According to the Labor Department, employers posted 11.3million job openings in May, down from 11.7 million in April. The highest number of job openings in 20 years is 11.9 million, according to records. This is a marked change from the pre-pandemic norm of nearly two job opportunities for every person who is unemployed.

These figures show the peculiarity of the post-pandemic economic system. Inflation is crushing household budgets, forcing them to cut back on spending and slowing growth. Companies are still trying to hire workers. Demand has been particularly strong in travel- and entertainment-related services.

"Some metrics in JOLTS report are down, but that doesn’t diminish the extraordinary demand of workers. Robert Frick, corporate economist at Navy Federal Credit Union stated in a research note that consumer spending has risen, at least for the moment, and the labor market is now the strongest pillar to the expansion.

The quits rate, which is a sign that workers are more confident, fell to 2.8% in May. However, the rate at which layoffs occurred remained constant, another indicator of exceptional demand for employees.

Nick Bunker, Indeed's chief economist, stated on Twitter that the layoff rate was still below 1%, and only a touch higher than the lowest rate in over 20 years.

He said, "Workers are still optimistic! Although the rate of quitting is slowly declining, it's still high compared to pre-pandemic levels.

Economists closely monitor the number of jobs available to identify signs that the labor market may be cooling. Some economists are concerned that workers may have too much power and could play potential employers against one another to get higher salaries and better benefits.
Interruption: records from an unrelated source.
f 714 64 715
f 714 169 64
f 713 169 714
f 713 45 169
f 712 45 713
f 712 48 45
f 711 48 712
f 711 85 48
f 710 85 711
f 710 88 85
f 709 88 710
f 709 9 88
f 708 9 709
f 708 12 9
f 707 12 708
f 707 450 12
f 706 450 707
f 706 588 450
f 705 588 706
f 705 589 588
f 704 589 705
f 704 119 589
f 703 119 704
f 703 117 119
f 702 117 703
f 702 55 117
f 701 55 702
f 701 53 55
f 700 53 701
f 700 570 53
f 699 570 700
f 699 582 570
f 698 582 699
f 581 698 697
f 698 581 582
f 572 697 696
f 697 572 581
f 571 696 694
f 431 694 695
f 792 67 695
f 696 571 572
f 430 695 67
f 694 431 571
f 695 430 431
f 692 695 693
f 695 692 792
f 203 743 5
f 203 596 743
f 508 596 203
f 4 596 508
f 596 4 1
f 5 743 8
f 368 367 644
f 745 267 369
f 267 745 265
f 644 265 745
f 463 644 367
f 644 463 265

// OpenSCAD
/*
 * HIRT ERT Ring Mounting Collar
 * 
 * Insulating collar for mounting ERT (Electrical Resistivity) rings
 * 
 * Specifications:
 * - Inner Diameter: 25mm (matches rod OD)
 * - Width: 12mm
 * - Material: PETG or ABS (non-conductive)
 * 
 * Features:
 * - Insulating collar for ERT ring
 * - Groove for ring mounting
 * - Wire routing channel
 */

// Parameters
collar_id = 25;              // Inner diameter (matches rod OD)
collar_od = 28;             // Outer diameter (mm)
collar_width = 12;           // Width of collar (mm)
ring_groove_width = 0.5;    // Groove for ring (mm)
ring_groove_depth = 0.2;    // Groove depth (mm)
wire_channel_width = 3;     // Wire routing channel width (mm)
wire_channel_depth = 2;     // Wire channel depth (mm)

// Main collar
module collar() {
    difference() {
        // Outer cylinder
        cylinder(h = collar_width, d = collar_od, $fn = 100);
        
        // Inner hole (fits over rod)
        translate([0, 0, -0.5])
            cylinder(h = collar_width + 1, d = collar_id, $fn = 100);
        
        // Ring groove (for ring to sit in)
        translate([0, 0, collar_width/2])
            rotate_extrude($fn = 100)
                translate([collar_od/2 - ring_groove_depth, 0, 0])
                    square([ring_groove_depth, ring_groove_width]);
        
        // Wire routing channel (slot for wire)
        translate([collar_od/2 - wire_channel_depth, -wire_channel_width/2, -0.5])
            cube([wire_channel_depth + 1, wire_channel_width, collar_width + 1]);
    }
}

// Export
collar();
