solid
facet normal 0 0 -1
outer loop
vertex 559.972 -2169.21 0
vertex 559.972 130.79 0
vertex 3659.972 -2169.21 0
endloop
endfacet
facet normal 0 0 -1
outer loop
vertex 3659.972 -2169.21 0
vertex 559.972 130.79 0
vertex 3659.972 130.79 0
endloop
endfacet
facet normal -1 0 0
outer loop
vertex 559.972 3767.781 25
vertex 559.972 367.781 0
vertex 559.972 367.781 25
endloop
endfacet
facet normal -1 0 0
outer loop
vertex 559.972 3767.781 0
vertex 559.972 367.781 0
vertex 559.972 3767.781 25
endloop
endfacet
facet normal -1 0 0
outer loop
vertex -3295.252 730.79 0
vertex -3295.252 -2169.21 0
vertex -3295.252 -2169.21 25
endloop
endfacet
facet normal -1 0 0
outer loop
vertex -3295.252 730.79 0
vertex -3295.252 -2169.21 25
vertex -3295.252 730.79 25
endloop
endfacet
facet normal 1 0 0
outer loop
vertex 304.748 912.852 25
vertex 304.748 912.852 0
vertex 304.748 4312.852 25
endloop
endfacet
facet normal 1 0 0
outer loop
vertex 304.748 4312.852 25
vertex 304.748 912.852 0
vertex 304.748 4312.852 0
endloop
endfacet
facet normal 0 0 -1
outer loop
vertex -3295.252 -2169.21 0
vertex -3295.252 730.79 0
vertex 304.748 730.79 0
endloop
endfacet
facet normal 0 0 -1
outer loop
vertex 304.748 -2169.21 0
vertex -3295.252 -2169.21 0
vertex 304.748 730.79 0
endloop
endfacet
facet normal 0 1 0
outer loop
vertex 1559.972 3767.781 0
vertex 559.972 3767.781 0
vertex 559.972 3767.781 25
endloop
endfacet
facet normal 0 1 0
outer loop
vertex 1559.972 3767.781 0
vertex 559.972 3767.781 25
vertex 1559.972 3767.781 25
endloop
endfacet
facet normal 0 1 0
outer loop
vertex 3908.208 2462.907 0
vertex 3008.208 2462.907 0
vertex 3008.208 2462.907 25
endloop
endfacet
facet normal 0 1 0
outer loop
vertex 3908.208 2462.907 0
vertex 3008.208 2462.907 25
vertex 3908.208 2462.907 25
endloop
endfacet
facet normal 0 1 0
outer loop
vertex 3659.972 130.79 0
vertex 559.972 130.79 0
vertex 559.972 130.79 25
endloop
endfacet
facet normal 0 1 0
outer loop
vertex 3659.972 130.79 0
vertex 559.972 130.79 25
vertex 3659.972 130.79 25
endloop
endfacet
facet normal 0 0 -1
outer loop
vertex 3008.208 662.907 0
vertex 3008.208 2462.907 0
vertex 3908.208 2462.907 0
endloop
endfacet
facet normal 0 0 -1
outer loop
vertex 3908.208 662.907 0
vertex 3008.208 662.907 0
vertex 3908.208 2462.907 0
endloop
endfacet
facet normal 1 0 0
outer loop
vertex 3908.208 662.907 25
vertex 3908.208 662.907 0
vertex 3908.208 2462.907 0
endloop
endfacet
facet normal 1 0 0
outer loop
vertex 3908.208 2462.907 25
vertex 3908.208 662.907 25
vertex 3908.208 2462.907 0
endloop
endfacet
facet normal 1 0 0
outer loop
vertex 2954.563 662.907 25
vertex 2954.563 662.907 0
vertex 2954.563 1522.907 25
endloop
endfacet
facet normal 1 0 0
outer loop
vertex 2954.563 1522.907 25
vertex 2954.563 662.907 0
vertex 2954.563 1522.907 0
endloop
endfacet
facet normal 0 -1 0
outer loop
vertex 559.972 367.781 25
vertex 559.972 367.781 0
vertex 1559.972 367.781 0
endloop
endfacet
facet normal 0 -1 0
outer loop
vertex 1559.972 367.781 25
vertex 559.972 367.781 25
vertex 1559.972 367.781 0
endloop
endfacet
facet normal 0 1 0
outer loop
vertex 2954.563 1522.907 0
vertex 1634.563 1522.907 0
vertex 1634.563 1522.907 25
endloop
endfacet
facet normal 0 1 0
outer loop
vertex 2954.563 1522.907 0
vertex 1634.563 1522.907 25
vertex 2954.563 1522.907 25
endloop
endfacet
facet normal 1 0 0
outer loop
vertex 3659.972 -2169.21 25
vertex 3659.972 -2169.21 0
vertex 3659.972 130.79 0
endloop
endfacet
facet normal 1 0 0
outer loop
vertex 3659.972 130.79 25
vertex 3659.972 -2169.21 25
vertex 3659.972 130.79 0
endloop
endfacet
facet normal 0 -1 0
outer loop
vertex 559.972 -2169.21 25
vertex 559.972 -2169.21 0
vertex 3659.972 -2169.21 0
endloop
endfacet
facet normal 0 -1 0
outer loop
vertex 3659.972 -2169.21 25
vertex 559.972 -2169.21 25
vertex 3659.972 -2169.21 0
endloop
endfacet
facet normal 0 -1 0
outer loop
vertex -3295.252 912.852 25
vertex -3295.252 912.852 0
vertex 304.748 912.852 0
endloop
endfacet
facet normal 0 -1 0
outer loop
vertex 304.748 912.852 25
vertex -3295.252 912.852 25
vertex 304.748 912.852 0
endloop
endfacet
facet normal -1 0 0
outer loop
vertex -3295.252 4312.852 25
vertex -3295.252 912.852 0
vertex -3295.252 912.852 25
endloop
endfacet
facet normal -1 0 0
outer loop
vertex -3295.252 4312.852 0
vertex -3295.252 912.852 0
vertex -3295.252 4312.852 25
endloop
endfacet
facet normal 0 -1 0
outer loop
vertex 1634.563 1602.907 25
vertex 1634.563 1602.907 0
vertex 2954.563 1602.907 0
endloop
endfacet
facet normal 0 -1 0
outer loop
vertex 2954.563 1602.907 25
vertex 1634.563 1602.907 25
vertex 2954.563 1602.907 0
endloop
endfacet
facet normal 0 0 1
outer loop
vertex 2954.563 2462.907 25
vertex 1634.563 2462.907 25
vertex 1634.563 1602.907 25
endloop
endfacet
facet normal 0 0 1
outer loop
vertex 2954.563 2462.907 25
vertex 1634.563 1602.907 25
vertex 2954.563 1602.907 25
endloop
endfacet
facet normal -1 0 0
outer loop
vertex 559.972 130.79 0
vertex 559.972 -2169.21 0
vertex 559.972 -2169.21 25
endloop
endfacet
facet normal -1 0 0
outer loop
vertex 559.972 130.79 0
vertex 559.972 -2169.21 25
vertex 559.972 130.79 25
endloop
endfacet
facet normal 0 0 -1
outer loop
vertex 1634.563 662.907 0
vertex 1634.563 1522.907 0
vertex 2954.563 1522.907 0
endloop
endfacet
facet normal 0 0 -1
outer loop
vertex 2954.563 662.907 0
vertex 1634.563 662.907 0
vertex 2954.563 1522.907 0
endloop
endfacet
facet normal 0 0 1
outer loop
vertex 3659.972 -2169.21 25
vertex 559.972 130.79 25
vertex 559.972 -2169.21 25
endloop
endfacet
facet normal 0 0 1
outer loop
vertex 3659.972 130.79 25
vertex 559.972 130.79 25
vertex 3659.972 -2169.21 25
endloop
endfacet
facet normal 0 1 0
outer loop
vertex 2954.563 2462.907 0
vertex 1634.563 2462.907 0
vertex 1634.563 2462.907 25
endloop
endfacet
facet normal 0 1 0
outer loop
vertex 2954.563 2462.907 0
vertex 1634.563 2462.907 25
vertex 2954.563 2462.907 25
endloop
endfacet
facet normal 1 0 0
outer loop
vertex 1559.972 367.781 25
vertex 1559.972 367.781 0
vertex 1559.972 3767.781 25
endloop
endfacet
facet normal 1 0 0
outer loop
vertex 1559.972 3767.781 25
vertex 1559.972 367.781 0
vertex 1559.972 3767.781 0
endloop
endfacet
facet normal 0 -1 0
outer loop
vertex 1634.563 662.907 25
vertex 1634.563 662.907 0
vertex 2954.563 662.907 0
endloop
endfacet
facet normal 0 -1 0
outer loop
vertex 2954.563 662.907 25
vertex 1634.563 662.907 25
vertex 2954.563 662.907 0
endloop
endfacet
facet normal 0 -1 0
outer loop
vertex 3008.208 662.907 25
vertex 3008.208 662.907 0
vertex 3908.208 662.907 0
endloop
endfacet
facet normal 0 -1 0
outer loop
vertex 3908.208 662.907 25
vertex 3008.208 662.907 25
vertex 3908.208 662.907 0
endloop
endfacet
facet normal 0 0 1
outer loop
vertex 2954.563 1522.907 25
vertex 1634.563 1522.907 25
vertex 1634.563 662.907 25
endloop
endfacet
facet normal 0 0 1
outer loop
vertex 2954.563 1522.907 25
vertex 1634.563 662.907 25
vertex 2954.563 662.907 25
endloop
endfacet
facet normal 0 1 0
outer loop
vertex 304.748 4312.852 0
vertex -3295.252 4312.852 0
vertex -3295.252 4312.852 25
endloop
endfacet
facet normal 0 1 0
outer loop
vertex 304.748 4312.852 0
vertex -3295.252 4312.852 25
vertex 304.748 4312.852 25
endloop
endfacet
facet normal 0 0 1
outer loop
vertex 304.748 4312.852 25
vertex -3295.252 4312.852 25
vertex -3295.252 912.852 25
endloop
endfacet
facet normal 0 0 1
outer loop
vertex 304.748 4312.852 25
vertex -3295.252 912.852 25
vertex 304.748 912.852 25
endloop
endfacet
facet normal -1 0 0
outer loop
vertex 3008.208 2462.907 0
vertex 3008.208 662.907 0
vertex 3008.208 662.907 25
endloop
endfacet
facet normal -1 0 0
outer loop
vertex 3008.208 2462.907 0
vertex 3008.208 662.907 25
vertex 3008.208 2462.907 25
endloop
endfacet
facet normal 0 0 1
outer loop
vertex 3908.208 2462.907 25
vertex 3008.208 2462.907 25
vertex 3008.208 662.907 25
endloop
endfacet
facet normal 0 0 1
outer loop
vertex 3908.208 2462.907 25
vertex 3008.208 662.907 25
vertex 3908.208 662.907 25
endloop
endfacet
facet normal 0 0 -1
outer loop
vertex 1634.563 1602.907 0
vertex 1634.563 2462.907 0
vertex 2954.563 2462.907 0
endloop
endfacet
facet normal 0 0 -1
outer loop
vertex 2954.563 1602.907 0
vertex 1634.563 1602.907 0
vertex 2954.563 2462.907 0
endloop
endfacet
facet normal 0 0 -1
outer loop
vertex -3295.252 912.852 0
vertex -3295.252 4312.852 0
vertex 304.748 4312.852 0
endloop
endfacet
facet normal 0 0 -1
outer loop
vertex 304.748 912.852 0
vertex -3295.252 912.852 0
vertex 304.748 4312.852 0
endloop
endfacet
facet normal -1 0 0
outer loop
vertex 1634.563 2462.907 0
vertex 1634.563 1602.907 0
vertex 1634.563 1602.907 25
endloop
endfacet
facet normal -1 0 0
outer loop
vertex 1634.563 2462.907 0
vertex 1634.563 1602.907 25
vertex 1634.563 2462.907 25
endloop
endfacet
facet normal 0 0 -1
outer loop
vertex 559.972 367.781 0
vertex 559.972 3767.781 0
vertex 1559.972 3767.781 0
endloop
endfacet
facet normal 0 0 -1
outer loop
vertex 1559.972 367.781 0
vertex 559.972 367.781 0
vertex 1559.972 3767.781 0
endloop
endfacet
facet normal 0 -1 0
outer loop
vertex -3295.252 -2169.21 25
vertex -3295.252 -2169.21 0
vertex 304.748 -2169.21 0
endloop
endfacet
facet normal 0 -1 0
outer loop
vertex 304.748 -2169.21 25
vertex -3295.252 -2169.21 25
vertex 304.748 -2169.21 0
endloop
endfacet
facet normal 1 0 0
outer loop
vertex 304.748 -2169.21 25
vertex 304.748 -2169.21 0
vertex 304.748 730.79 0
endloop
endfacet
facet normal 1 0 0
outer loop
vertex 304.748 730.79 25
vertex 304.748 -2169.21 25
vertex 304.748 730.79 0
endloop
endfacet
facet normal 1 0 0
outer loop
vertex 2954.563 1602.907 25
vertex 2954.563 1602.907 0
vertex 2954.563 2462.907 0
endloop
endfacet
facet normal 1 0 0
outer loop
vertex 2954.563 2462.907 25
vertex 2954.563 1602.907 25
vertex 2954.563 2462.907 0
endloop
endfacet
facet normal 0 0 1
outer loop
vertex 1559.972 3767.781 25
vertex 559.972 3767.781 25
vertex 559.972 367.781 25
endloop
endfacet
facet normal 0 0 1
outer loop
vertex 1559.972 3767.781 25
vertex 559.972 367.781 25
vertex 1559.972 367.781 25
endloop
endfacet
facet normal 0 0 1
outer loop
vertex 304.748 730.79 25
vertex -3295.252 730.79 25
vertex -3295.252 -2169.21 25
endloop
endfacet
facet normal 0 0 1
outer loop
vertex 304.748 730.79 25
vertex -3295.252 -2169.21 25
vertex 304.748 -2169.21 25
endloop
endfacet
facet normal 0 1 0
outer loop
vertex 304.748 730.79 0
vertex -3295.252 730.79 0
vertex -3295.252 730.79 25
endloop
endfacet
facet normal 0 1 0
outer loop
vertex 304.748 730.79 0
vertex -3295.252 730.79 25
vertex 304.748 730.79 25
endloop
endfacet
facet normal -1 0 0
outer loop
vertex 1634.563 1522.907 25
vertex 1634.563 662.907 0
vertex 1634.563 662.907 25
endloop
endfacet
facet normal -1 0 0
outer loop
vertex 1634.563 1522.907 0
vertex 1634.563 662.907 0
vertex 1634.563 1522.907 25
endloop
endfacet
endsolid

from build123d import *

# Parameters (mm, degrees)
F0_W     = 3600
F0_H     = 3400
F0_H_2   = 2900
F0_W_2   = 1000
F0_W_3   = 3100
F0_H_3   = 2300
F0_W_4   = 1320
F0_H_4   = 860
F0_W_5   = 900
F0_H_5   = 1800
F1_DEPTH = 25


with BuildPart() as f1:
    # F0 (on Top) → F1 (new body)
    with BuildSketch(Plane.XY):
        with Locations((-1495.252092, 2612.852145)):
            Rectangle(F0_W, F0_H)
        with Locations((-1495.252092, -719.210047)):
            Rectangle(F0_W, F0_H_2)
        with Locations((1059.9719, 2067.780676)):
            Rectangle(F0_W_2, F0_H)
        with Locations((2109.9719, -1019.210047)):
            Rectangle(F0_W_3, F0_H_3)
        with Locations((2294.563088, 2032.907422)):
            Rectangle(F0_W_4, F0_H_4)
        with Locations((2294.563088, 1092.907422)):
            Rectangle(F0_W_4, F0_H_4)
        with Locations((3458.208275, 1562.907422)):
            Rectangle(F0_W_5, F0_H_5)
    extrude(amount=F1_DEPTH)


solid = f1.part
These economists fear that higher labor costs could lead to an increase in prices.

The Federal Reserve saw the record-breaking number of job openings as evidence of an economy that is overheating. It has been raising the short-term rate it controls to cool business and consumer spending. Jerome Powell, Fed Chair, hopes that lower spending will decrease demand for workers and reduce job openings, wage increases and inflation.